*Records for processing*
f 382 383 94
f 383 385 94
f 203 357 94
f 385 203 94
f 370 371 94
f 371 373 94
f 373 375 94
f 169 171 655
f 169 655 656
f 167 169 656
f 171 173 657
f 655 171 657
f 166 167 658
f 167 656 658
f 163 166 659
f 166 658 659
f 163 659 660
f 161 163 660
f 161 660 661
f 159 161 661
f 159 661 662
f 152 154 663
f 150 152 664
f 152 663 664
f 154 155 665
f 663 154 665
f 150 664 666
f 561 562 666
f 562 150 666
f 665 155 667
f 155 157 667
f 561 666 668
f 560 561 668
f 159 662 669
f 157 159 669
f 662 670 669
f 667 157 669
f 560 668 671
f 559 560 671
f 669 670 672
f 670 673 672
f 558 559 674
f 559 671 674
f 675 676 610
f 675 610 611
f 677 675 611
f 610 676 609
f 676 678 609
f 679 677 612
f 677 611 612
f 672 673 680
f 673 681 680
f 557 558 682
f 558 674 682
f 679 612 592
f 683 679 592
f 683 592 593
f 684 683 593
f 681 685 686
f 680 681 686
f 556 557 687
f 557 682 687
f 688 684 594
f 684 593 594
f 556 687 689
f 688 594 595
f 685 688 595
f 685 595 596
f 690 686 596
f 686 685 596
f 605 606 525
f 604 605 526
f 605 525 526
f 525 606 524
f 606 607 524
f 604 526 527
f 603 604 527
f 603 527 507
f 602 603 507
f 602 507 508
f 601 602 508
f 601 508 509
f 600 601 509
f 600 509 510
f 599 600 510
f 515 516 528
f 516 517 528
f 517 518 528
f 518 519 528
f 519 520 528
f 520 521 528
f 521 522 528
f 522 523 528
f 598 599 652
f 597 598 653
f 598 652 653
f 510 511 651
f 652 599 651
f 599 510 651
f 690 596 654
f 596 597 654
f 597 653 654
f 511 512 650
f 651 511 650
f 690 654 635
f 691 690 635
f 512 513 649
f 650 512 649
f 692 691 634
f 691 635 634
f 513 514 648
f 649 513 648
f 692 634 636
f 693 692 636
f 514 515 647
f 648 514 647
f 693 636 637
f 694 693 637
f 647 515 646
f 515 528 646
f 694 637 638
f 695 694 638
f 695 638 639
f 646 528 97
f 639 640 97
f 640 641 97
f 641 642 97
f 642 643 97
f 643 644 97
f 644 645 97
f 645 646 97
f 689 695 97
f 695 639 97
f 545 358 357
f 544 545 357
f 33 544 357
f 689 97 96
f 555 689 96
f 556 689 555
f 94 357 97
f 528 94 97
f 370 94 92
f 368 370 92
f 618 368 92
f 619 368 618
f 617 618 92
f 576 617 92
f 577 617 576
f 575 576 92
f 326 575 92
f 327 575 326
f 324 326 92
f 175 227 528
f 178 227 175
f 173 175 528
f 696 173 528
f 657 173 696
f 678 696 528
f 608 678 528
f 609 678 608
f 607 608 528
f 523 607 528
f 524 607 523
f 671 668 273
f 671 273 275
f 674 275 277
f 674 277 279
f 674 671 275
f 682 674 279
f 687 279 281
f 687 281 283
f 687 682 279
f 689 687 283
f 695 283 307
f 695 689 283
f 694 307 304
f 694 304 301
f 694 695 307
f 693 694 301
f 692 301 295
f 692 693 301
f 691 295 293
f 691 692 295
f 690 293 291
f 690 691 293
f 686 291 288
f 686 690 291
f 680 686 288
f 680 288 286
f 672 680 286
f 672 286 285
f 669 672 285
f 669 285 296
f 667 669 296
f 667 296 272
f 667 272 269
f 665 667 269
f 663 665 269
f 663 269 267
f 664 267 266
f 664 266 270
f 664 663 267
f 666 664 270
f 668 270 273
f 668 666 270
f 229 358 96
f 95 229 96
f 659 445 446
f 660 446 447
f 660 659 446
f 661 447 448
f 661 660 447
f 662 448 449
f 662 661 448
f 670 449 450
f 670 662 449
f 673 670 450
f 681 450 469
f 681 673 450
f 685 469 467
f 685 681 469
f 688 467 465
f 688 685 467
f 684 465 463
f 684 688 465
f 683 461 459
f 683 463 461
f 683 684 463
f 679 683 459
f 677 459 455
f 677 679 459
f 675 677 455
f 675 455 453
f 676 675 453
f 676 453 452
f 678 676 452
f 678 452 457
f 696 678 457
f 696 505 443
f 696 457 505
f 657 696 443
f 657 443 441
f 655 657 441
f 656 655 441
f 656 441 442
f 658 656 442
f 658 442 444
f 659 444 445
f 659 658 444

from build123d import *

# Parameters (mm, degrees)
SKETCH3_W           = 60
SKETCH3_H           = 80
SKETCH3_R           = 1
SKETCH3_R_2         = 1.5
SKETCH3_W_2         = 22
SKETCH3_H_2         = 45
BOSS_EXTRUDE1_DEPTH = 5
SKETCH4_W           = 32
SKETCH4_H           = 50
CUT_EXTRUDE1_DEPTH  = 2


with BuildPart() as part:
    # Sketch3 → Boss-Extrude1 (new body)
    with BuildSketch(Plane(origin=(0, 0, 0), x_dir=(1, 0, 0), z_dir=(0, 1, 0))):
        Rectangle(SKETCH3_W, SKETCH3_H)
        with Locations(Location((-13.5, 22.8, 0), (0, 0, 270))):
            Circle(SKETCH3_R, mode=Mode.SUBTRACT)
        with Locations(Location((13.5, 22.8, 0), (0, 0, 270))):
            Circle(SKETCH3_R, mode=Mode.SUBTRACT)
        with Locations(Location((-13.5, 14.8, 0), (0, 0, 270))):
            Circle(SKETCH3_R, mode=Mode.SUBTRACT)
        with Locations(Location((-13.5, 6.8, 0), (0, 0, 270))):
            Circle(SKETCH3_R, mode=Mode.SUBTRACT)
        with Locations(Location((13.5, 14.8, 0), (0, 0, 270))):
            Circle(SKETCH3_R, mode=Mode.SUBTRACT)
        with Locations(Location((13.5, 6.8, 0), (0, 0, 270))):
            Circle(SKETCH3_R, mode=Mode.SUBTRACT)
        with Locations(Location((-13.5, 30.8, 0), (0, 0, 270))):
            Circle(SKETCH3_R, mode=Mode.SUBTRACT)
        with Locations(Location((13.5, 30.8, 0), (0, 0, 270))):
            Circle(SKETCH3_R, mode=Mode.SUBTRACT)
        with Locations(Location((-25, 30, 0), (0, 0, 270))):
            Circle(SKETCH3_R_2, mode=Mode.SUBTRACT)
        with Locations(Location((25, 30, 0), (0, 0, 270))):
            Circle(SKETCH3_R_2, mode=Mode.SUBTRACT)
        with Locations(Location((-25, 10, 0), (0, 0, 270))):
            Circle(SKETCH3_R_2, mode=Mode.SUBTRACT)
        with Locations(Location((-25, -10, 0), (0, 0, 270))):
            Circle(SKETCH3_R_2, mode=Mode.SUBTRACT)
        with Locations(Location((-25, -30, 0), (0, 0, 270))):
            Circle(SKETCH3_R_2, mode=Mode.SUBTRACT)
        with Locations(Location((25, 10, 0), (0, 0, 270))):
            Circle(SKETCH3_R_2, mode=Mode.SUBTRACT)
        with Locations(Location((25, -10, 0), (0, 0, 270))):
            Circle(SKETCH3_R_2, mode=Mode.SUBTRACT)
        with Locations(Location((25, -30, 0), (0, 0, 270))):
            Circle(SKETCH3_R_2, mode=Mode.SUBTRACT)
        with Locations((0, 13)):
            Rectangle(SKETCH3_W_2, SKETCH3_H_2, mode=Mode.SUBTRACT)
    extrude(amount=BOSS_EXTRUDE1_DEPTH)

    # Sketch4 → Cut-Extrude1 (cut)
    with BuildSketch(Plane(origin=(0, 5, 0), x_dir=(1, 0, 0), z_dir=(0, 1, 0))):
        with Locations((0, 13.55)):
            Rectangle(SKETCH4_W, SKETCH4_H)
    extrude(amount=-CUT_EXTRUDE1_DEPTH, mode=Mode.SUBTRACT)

*Task description*
Each line from the start of the records through the line holding "f 560 561 668" must be returned exactly; nothing else belongs in the answer.

*Answer*
f 382 383 94
f 383 385 94
f 203 357 94
f 385 203 94
f 370 371 94
f 371 373 94
f 373 375 94
f 169 171 655
f 169 655 656
f 167 169 656
f 171 173 657
f 655 171 657
f 166 167 658
f 167 656 658
f 163 166 659
f 166 658 659
f 163 659 660
f 161 163 660
f 161 660 661
f 159 161 661
f 159 661 662
f 152 154 663
f 150 152 664
f 152 663 664
f 154 155 665
f 663 154 665
f 150 664 666
f 561 562 666
f 562 150 666
f 665 155 667
f 155 157 667
f 561 666 668
f 560 561 668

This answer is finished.